О сильных мира того — страница 12 из 17

Это удивило. придворных. И с тех пор меня в насмешку свитские стали называть «кредитором царя».

Один раз при встрече Дедюлин сказал мне:

— Господин «кредитор царя», его императорское высочество остался очень доволен вашими представлениями. Могу вас поздравить с успехом. Ваша дрессировка животных внушениями заинтересовали его императорское величество, наследник и великие княжны чрезвычайно довольны.

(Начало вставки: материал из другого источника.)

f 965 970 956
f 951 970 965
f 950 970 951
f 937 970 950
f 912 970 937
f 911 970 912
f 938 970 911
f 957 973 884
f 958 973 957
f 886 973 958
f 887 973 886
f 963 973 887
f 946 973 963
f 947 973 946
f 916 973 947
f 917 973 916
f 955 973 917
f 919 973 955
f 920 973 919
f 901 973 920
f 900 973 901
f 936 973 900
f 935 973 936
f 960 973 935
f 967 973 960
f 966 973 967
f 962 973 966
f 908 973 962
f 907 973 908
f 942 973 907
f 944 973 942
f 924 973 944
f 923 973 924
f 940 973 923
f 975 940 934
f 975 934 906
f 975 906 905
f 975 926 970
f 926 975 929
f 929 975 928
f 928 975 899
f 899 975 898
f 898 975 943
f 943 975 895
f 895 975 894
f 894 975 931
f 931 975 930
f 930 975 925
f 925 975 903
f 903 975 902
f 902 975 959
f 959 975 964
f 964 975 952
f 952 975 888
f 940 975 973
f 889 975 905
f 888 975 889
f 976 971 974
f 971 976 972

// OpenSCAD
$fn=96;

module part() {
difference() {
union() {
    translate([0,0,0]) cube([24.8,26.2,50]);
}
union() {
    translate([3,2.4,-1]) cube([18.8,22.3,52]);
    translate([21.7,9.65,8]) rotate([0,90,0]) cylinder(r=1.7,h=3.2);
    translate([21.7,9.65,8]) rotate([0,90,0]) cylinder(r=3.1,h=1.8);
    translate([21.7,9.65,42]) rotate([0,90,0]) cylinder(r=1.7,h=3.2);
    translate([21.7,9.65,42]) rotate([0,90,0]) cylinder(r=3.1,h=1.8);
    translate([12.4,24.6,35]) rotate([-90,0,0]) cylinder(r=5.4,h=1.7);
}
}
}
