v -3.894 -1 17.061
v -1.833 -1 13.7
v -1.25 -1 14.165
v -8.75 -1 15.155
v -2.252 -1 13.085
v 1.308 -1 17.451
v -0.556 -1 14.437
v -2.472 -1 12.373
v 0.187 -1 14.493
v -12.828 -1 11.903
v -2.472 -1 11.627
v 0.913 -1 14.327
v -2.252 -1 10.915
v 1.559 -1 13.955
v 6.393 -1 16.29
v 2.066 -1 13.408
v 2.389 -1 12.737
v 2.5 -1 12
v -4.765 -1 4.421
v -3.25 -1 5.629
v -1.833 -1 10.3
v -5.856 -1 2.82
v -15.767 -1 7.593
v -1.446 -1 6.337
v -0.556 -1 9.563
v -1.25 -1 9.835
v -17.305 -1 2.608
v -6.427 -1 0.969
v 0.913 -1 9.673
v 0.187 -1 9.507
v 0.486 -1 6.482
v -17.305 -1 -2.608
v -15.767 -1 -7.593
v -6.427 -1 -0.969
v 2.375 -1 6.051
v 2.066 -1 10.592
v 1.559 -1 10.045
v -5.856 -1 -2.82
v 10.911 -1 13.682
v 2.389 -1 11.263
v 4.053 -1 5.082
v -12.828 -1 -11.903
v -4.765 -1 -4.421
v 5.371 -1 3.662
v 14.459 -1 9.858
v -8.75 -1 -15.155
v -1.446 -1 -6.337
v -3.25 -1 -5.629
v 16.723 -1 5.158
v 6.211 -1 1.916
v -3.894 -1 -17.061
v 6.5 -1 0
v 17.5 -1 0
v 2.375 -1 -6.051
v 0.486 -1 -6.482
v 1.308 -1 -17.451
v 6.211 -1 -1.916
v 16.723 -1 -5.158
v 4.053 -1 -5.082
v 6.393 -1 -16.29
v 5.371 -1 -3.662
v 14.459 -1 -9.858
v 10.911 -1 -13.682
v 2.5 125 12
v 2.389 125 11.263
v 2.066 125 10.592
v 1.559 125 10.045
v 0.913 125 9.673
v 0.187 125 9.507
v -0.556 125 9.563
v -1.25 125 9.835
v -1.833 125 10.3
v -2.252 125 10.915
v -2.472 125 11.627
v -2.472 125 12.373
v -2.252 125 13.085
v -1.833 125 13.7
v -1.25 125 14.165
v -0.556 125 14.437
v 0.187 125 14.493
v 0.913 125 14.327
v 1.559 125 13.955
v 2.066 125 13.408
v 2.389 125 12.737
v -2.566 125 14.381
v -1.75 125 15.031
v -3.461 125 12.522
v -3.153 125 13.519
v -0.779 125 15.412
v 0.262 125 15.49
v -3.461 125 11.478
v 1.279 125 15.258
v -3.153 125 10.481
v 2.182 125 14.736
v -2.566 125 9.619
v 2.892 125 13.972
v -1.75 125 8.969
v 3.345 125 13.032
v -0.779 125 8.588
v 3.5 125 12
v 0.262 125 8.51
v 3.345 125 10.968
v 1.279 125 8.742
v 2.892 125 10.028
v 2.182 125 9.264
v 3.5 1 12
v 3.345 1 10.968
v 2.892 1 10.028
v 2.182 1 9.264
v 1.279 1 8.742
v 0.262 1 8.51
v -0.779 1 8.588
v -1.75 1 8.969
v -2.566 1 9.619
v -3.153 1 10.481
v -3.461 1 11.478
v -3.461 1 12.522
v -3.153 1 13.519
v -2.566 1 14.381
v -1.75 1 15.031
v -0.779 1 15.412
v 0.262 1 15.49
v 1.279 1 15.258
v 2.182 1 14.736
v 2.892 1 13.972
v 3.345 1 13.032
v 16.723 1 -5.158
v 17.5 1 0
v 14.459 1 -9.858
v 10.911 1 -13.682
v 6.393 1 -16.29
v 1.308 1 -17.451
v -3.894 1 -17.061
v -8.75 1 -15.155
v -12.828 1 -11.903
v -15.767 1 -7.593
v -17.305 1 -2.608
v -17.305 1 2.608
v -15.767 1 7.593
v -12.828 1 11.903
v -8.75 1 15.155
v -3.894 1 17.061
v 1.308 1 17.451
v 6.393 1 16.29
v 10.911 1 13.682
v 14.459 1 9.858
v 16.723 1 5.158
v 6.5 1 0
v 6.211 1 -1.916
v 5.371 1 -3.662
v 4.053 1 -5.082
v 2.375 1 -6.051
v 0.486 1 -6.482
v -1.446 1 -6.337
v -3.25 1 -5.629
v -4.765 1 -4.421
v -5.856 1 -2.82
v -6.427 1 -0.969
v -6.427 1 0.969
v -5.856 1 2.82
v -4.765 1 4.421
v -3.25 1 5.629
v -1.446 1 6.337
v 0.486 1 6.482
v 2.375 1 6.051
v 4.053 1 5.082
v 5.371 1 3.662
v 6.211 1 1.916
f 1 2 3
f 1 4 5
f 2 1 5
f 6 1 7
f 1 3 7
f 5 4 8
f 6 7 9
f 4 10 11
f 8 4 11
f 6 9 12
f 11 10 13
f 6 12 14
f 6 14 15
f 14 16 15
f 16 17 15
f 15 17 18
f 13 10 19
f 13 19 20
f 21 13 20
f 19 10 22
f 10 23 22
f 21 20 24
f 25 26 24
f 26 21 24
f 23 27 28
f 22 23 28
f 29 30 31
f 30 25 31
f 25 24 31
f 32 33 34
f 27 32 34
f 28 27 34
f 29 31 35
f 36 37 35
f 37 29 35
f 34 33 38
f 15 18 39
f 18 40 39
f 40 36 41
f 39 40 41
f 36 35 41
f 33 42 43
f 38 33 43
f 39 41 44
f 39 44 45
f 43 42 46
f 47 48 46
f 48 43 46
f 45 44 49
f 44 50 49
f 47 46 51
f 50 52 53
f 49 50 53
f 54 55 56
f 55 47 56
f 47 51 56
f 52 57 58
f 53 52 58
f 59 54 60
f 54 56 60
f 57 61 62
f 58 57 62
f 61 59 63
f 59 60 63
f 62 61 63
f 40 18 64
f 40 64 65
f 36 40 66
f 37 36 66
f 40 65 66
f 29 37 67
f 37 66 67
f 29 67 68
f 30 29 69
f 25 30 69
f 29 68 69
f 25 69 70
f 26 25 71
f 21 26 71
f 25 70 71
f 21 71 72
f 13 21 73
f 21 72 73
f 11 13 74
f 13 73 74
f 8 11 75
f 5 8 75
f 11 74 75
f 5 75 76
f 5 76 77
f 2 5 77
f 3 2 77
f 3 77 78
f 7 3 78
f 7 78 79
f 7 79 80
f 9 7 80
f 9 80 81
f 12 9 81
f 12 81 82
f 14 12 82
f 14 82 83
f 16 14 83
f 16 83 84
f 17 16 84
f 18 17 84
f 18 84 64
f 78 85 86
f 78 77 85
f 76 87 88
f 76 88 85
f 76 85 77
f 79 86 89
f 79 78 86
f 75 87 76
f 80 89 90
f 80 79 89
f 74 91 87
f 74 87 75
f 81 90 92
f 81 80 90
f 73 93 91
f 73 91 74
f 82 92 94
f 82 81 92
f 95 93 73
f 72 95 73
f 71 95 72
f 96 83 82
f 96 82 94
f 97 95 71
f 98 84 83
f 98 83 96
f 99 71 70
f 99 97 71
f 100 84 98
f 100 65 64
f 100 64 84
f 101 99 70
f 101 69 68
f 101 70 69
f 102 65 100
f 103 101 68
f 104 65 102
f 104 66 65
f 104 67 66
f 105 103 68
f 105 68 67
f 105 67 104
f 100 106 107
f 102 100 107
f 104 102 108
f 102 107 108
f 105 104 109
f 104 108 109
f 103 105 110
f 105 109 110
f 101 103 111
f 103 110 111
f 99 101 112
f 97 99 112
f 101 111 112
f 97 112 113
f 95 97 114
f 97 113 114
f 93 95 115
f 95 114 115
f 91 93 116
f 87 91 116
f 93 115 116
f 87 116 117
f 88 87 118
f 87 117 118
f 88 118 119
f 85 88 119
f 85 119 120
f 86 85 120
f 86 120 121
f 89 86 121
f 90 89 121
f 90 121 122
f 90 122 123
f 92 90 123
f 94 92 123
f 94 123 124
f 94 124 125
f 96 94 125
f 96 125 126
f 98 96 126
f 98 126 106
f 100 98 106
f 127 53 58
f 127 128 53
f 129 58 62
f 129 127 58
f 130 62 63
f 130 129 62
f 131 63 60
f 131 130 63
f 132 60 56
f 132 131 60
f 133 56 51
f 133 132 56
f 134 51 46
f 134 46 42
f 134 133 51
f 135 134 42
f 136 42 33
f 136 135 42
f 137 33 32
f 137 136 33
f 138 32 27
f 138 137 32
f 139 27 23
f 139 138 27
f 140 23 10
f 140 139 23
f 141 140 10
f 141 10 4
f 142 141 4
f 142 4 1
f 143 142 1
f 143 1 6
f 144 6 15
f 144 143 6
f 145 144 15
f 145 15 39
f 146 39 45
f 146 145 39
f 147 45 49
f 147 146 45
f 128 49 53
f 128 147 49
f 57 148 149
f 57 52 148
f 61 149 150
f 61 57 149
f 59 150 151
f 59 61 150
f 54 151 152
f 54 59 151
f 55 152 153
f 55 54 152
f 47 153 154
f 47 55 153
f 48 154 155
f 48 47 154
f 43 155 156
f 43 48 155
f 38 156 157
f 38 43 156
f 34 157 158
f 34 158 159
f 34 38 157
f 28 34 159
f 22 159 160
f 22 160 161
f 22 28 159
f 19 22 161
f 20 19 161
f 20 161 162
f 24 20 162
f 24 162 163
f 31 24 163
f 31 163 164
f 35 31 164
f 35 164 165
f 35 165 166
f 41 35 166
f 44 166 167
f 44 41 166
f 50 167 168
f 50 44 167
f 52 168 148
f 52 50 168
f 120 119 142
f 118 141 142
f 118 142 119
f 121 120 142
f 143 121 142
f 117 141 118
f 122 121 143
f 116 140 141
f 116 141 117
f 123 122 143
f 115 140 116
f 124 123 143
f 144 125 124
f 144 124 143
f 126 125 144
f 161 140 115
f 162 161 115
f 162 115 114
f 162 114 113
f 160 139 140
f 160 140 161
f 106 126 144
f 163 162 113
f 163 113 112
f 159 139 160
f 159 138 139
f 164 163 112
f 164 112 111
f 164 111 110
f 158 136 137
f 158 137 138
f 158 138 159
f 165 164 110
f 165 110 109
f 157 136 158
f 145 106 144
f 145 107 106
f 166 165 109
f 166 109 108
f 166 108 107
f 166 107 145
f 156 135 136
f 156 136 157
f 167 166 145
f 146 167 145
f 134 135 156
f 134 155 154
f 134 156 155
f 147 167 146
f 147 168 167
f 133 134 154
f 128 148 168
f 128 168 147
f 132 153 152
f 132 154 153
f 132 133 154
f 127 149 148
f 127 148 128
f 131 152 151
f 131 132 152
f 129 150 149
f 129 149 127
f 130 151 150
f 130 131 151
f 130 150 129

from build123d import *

# Parameters (mm, degrees)
SKETCH2_R          = 17.5
SKETCH2_R_2        = 6.5
PLATE_DEPTH        = 1
SKETCH2_4_R        = 3.5
ROD_DEPTH          = 125
SKETCH3_R          = 2.5
CUT_EXTRUDE1_DEPTH = 127


with BuildPart() as part:
    # Sketch2 → Plate (new body, symmetric)
    with BuildSketch(Plane(origin=(0, 0, 0), x_dir=(1, 0, 0), z_dir=(0, 1, 0))):
        Circle(SKETCH2_R)
        Circle(SKETCH2_R_2, mode=Mode.SUBTRACT)
    extrude(amount=PLATE_DEPTH, both=True)

    # Sketch2<4> → Rod (add)
    with BuildSketch(Plane(origin=(0, 0, 0), x_dir=(1, 0, 0), z_dir=(0, 1, 0))):
        with Locations((0, -12)):
            Circle(SKETCH2_4_R)
    extrude(amount=ROD_DEPTH)

    # Sketch3 → Cut-Extrude1 (cut, through all)
    with BuildSketch(Plane(origin=(0, 125, 0), x_dir=(1, 0, 0), z_dir=(0, 1, 0))):
        with Locations((0, -12)):
            Circle(SKETCH3_R)
    extrude(amount=-CUT_EXTRUDE1_DEPTH, mode=Mode.SUBTRACT)


solid = part.part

— Простите за нескромный вопрос, — сказал я, — на всех моих представлениях был государь и наследник и все великие княжны и князья, а государыню мы все время не видели. Это было заметно так резко, что не одного меня и много других окружающих заинтересовало. Толкам и догадкам не было конца.

— Вот вы наш кудесник и гипнотизер, — шутя отвечал генерал, — а не знаете причину, а причина-то кроется вот в чем: есть гипнотизер посильнее вас, и ваши внушения ему не нравятся, а потому и нет того, о ком вы спрашиваете. Ну, об этом довольно, как бы спохватившись, оборвал Дедюлин и круто повернул разговор на другую тему.

Из этого короткого разговора я многое понял и когда я потом говорил с князем Орловым, с полковником Герарди, начальником дворцовой полиции, и со многими другими лицами, касающимися дворца, я от всех слышал недоговоренные фразы, с загадочными улыбками по адресу царицы.

Я разговорился с князем Трубецким о недавнем столкновении автомобилей, в одном из которых находился наследник, отделавшийся испугом.

Я спросил, почему наследник ездит постоянно один и никто не видит с ним матери, а между тем везде только и говорят, что царица никогда не расстается с больным сыном.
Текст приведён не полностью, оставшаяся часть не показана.